Task statement: Which lines below fall between the one containing "#79=CARTESIAN_POINT('',(0.,0.,6.));" and the one containing "#95=CARTESIAN_POINT('',(0.,0.,0.));"? Repeat them exactly, counting both of those lines, and add nothing else.

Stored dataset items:
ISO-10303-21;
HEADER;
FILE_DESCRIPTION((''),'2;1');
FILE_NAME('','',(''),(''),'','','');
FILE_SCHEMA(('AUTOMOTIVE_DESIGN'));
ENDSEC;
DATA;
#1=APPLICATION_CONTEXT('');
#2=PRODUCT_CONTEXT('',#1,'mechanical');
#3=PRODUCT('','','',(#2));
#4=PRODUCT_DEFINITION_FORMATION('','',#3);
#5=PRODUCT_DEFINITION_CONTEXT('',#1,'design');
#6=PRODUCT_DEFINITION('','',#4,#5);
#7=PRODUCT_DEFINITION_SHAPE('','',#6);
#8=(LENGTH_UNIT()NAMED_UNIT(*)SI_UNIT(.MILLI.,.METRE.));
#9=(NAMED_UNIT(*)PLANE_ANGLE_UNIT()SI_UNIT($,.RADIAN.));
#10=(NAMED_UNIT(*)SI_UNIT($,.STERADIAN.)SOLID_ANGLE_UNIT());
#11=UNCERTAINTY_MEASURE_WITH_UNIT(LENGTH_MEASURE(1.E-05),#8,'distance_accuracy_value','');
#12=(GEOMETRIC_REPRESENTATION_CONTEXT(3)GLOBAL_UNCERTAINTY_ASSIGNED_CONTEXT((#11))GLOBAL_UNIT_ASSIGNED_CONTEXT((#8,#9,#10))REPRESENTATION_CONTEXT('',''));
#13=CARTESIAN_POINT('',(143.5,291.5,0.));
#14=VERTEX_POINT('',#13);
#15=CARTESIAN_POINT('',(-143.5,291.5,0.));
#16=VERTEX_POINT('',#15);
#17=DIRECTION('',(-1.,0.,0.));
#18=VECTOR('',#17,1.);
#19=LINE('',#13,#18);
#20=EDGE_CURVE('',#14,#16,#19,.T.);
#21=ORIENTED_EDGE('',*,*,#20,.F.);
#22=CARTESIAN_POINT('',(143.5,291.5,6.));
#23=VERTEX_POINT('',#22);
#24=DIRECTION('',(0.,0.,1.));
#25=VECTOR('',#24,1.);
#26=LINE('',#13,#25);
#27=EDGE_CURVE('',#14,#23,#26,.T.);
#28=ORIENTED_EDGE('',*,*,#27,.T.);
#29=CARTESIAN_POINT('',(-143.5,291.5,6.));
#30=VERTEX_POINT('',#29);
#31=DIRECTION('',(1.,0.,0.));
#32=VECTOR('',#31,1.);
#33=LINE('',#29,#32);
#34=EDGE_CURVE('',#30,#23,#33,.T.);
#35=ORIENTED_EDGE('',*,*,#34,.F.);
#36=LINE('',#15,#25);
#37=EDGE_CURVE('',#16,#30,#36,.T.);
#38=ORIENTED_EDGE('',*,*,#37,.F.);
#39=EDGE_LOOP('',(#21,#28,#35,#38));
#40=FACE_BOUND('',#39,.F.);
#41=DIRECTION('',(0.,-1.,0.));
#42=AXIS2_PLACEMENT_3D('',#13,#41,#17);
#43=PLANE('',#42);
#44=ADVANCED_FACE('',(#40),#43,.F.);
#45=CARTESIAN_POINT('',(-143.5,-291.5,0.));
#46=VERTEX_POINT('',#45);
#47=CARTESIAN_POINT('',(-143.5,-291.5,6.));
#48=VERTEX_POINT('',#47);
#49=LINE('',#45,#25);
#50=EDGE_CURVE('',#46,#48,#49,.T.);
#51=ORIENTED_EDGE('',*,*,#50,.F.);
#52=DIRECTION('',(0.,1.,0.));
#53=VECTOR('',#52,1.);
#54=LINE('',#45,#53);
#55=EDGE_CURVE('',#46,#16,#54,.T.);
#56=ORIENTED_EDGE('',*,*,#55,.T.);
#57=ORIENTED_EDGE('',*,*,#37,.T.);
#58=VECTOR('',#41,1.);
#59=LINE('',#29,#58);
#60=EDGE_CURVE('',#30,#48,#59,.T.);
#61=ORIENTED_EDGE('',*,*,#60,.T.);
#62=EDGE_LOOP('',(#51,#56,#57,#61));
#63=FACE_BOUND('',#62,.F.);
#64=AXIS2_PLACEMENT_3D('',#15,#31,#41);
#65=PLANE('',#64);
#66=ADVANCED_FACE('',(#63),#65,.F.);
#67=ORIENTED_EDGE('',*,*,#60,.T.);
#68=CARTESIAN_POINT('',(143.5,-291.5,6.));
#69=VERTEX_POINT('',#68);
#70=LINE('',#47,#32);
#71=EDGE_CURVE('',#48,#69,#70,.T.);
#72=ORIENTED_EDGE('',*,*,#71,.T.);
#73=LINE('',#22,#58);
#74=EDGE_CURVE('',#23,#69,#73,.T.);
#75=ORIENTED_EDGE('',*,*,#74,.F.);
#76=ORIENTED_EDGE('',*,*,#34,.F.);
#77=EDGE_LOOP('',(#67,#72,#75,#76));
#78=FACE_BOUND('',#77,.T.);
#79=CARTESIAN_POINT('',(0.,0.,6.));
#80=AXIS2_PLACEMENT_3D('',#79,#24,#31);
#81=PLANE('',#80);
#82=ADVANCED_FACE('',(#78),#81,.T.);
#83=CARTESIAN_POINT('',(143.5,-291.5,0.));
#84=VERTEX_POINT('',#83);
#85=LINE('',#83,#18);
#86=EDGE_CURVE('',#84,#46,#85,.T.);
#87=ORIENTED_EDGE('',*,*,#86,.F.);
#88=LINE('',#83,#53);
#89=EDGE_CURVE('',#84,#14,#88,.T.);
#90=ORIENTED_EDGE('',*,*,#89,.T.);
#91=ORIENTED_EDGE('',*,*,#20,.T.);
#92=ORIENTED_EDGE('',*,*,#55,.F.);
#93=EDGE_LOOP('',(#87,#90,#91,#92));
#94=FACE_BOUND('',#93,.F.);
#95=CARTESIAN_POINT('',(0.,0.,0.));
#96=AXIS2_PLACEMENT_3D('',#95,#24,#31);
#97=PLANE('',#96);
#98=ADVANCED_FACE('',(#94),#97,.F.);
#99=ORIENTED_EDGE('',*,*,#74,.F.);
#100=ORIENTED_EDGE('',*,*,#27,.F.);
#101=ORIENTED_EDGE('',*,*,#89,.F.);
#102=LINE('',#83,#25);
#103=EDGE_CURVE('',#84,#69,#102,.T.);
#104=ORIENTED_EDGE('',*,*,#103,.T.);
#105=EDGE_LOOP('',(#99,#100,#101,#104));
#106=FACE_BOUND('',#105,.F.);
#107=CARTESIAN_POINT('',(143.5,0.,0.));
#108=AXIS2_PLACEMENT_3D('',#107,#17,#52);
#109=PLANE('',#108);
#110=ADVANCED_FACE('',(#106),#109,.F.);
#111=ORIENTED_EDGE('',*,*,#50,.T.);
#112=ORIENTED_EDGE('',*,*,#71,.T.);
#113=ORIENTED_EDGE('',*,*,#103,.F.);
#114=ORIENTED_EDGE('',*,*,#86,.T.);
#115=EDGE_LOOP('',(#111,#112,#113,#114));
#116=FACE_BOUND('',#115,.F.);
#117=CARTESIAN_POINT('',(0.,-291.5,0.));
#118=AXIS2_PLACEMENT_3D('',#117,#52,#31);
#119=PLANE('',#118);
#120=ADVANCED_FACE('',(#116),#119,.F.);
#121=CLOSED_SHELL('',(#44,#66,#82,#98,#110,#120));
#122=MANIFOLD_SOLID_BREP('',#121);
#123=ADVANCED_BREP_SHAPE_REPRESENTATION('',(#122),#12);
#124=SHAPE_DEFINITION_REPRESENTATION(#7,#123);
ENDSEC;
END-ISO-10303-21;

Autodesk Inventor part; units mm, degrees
ref_plane "YZ Plane" through (0, 0, 0) normal (1, 0, 0) x (0, 1, 0)
ref_plane "XZ Plane" through (0, 0, 0) normal (0, 1, 0) x (-1, 0, 0)
ref_plane "XY Plane" through (0, 0, 0) normal (0, 0, 1) x (1, 0, 0)
sketch "Skizze1" plane through (0, 0, 0) normal (0, 0, 1) x (1, 0, 0)
  line L0 (0, 408.1) -> (0, -408.1) projected
  line L1 (-200.9, 0) -> (200.9, 0) projected
  line L2 (-143.5, -291.5) -> (143.5, -291.5)
  line L3 (143.5, -291.5) -> (143.5, 291.5)
  line L4 (143.5, 291.5) -> (-143.5, 291.5)
  line L5 (-143.5, 291.5) -> (-143.5, -291.5)
  point P0 (0, 0)
  point P1 (0, -291.5)
  point P2 (-143.5, 0)
  dimension "d0" = 583
  dimension "d1" = 287
extrude "Extrusion1" add sketch "Skizze1" along normal blind 6
properties part number "AccessFloor3" material "PVC-U"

Finished task:
#79=CARTESIAN_POINT('',(0.,0.,6.));
#80=AXIS2_PLACEMENT_3D('',#79,#24,#31);
#81=PLANE('',#80);
#82=ADVANCED_FACE('',(#78),#81,.T.);
#83=CARTESIAN_POINT('',(143.5,-291.5,0.));
#84=VERTEX_POINT('',#83);
#85=LINE('',#83,#18);
#86=EDGE_CURVE('',#84,#46,#85,.T.);
#87=ORIENTED_EDGE('',*,*,#86,.F.);
#88=LINE('',#83,#53);
#89=EDGE_CURVE('',#84,#14,#88,.T.);
#90=ORIENTED_EDGE('',*,*,#89,.T.);
#91=ORIENTED_EDGE('',*,*,#20,.T.);
#92=ORIENTED_EDGE('',*,*,#55,.F.);
#93=EDGE_LOOP('',(#87,#90,#91,#92));
#94=FACE_BOUND('',#93,.F.);
#95=CARTESIAN_POINT('',(0.,0.,0.));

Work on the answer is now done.